Time to make the two work together, and according to the Cisco support forum these E1200's are supposed to connect to each other without a problem:
Article
Well, when I connect these routers together and follow the Cisco setup neither router will accept a static route, and I have tried my own different setups including RIP on the server which has 2 NICS, but no matter what I do I cannot get these two segments to talk to each other. No internet connectivity on the new network and no recognition from one to the other. I have tried several solutions, and have come up empty. I wanted to post here because I know that a lot of you guys will look at this and have the answer. I have been fighting this for three days and my head is about to explode, and I can't even focus on the problem any more. Suggestions, ideas, all are welcomed. Thanks in advance!


----------



## Wand3r3r (Sep 17, 2010)

why did you add a router when a switch was all you needed?

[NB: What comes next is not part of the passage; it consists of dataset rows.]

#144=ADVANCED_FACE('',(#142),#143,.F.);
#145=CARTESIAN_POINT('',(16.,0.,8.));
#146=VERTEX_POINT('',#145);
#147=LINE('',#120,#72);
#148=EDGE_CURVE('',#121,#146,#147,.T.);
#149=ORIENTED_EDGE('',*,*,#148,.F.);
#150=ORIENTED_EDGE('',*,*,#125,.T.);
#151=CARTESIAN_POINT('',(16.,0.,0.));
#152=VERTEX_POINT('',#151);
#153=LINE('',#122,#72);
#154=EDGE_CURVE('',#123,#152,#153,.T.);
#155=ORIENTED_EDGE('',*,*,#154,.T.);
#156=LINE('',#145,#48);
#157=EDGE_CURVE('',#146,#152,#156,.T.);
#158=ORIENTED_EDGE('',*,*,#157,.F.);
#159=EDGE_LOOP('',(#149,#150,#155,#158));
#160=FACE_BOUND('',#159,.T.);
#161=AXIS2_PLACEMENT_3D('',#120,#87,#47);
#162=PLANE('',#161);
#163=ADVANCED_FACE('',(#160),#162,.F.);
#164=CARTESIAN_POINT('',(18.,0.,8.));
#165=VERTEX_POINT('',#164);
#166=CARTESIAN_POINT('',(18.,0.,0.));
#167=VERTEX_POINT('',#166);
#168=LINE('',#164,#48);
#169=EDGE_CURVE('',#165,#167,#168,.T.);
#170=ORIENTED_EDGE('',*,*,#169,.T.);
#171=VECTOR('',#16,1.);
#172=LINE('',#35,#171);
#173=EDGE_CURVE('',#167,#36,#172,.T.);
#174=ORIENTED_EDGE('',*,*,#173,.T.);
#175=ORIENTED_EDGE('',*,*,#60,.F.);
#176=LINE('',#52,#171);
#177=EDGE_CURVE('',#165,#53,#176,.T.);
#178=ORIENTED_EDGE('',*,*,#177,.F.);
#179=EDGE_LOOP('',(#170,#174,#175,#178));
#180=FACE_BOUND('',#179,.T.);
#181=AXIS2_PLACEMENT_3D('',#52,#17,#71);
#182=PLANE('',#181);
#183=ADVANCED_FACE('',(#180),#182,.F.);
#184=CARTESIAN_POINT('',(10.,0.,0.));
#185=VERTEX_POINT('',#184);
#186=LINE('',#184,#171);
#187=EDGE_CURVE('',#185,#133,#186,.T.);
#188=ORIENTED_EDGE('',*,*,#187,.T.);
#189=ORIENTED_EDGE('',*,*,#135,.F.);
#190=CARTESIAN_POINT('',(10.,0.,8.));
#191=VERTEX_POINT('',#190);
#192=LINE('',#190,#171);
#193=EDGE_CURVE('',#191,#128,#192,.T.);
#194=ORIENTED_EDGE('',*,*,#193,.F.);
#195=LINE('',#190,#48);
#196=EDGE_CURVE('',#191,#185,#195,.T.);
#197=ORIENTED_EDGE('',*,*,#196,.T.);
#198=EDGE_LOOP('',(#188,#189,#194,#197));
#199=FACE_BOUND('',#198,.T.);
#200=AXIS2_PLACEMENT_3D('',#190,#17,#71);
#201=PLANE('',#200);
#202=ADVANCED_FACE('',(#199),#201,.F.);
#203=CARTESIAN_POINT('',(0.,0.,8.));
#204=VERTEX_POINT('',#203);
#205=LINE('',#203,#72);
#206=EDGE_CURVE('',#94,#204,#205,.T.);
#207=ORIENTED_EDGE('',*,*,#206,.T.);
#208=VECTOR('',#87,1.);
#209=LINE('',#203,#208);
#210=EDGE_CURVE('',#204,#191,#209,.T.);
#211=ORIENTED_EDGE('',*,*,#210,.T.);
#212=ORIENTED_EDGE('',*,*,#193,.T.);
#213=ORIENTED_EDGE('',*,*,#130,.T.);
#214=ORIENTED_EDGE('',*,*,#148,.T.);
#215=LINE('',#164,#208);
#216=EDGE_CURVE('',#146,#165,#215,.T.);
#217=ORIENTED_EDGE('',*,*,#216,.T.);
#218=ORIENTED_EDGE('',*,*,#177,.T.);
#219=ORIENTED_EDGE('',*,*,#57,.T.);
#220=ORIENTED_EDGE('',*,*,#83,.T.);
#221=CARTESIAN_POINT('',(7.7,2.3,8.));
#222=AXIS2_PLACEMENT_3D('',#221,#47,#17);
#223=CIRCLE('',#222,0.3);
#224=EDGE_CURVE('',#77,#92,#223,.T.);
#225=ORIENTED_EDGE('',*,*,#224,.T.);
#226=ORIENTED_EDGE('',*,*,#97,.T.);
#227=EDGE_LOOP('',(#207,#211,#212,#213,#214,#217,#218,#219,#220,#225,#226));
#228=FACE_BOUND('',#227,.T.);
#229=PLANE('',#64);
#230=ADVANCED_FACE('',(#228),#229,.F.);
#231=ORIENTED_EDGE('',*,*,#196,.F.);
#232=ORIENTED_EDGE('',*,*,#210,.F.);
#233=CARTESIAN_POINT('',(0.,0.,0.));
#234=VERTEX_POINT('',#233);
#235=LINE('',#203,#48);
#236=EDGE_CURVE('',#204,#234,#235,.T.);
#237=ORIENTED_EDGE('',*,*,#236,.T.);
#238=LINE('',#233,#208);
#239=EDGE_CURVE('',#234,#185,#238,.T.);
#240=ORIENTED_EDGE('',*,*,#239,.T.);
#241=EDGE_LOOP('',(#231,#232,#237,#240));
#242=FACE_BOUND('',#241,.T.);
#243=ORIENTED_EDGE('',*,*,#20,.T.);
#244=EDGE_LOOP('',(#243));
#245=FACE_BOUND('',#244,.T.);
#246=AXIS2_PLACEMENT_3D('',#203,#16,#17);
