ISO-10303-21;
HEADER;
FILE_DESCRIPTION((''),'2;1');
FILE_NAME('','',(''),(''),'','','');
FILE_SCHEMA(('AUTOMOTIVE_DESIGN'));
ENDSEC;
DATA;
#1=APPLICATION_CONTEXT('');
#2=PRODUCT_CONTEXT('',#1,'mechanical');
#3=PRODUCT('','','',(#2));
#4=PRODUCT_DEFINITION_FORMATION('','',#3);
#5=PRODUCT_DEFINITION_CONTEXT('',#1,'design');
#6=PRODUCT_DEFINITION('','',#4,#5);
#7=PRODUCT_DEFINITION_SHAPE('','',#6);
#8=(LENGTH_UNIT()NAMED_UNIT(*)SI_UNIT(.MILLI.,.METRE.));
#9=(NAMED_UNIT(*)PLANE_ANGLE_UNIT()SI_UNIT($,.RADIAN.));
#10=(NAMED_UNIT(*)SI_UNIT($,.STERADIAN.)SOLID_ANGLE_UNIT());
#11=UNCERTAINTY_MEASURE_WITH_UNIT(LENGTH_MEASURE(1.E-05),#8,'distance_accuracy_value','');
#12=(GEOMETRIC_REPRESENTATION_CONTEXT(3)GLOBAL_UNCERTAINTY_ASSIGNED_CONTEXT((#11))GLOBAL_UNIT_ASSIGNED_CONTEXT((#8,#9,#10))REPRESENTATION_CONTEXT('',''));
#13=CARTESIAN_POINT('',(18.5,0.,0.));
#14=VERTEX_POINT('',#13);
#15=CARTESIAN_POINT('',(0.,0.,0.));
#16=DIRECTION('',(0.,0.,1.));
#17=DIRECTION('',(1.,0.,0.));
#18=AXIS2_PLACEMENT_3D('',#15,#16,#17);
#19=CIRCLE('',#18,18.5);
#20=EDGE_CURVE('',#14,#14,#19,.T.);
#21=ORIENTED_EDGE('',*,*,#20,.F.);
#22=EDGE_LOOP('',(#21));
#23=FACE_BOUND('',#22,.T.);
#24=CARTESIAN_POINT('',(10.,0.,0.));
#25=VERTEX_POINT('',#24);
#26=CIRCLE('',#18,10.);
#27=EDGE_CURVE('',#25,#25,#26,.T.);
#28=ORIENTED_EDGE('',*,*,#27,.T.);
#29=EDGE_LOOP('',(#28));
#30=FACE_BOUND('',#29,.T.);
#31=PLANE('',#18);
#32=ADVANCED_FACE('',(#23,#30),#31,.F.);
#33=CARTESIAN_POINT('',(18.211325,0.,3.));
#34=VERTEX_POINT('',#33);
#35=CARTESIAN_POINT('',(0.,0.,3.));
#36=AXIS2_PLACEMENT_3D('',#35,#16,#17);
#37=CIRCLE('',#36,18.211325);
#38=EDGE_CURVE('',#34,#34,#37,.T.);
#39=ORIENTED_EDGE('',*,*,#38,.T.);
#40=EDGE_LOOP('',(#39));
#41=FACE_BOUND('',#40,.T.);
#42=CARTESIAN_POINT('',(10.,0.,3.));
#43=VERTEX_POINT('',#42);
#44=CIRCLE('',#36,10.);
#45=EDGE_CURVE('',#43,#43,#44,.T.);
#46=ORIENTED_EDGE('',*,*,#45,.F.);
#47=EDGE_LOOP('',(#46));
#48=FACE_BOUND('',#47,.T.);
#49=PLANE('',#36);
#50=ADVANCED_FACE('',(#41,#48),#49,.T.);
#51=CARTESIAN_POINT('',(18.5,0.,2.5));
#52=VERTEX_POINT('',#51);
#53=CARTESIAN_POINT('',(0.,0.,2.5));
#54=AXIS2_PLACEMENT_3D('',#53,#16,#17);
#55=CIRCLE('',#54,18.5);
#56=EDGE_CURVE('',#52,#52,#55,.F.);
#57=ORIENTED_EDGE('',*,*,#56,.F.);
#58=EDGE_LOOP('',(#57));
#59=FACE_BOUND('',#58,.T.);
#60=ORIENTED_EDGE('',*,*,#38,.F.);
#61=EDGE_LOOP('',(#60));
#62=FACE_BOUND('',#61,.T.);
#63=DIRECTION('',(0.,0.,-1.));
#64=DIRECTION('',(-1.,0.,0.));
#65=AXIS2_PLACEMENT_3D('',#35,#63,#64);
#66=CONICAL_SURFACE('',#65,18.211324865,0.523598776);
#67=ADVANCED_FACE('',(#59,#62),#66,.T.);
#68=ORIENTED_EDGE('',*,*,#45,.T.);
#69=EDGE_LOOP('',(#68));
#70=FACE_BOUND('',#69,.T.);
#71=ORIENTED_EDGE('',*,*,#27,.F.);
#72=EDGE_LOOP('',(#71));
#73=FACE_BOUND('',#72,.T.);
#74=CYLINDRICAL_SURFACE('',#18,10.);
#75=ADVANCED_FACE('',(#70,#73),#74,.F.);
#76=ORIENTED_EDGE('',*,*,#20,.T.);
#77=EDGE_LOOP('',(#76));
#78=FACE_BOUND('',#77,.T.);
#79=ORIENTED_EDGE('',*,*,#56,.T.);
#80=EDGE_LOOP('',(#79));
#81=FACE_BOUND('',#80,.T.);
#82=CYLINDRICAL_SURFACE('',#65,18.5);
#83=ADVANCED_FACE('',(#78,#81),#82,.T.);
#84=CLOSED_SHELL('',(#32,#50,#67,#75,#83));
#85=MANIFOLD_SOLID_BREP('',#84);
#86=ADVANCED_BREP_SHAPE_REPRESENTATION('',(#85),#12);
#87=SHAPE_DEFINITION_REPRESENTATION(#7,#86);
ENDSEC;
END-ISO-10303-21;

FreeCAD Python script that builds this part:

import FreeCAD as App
import Part
import Sketcher
from FreeCAD import Vector
Q = App.Units.Quantity


def edges_at(feature, points):
    """Names of the edges that pass closest to the given points."""
    edges = feature.Shape.Edges
    near = lambda p: min(range(len(edges)), key=lambda i: edges[i].distToShape(Part.Vertex(*p))[0])
    return sorted({f"Edge{near(p) + 1}" for p in points})

doc = App.newDocument("Part")
params = doc.addObject("Spreadsheet::Sheet", "Params")
for row, (alias, value) in enumerate([
    ("sketch1_diameter", "37 mm"),
    ("pad1_length", "3 mm"),
    ("sketch2_diameter", "20 mm"),
    ("chamfer_size", "0.5 mm"),
    ("chamfer_size2", "0.288675 mm"),
], start=1):
    params.set(f"A{row}", alias)
    params.set(f"B{row}", "=" + value)
    params.setAlias(f"B{row}", alias)

body = doc.addObject("PartDesign::Body", "Body")

# Sketch on XY plane
sketch1 = body.newObject("Sketcher::SketchObject", "Sketch")
sketch1.AttachmentSupport = (doc.getObject("XY_Plane"), [""])
sketch1.MapMode = "FlatFace"
sketch1.addGeometry(Part.Circle(Vector(0, 0, 0), Vector(0, 0, 1), 18), False)
sketch1.addConstraint(Sketcher.Constraint("Coincident", 0, 3, -1, 1))
sketch1.addConstraint(Sketcher.Constraint("Diameter", 0, Q("37 mm")))
sketch1.setExpression("Constraints[1]", "Params.sketch1_diameter")
pad1 = body.newObject("PartDesign::Pad", "Pad")
pad1.Profile = sketch1
pad1.setExpression("Length", "Params.pad1_length")

# Sketch on XY plane
sketch2 = body.newObject("Sketcher::SketchObject", "Sketch001")
sketch2.AttachmentSupport = (doc.getObject("XY_Plane"), [""])
sketch2.MapMode = "FlatFace"
sketch2.AttachmentOffset = App.Placement(Vector(0, 0, 3), App.Rotation())
sketch2.addGeometry(Part.Circle(Vector(0, 0, 0), Vector(0, 0, 1), 10), False)
sketch2.addConstraint(Sketcher.Constraint("Coincident", 0, 3, -1, 1))
sketch2.addConstraint(Sketcher.Constraint("Diameter", 0, Q("20 mm")))
sketch2.setExpression("Constraints[1]", "Params.sketch2_diameter")
pocket1 = body.newObject("PartDesign::Pocket", "Pocket")
pocket1.Profile = sketch2
pocket1.Type = "ThroughAll"
doc.recompute()

chamfer = body.newObject("PartDesign::Chamfer", "Chamfer")
chamfer.Base = (pocket1, edges_at(pocket1, [(-18.5, 0, 3)]))
chamfer.ChamferType = "Two distances"
chamfer.setExpression("Size", "Params.chamfer_size")
chamfer.setExpression("Size2", "Params.chamfer_size2")

doc.recompute()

How did you connect the two routers together? router1 lan port to router2 wan port?

You follow the article completely? It looks correct.


----------



## cyberbubba (Feb 20, 2012)

I added the router because they are different network segments 192.168.0.x and 192.168.5.x and I did use the WAN port on the new router going to a LAN port on the existing router. The new router can obtain an IP address from the old one 192.168.0.x for the WAN setup, but the new router will not accept any static routes at all per the Cisco article for setup.

How could I get these two networks to see each other just using the switch without running RIP on the Server? Any help would be a HUGE help here.


----------



## Wand3r3r (Sep 17, 2010)

let me rephrase the question: why did you want to subnets when you could have just used one?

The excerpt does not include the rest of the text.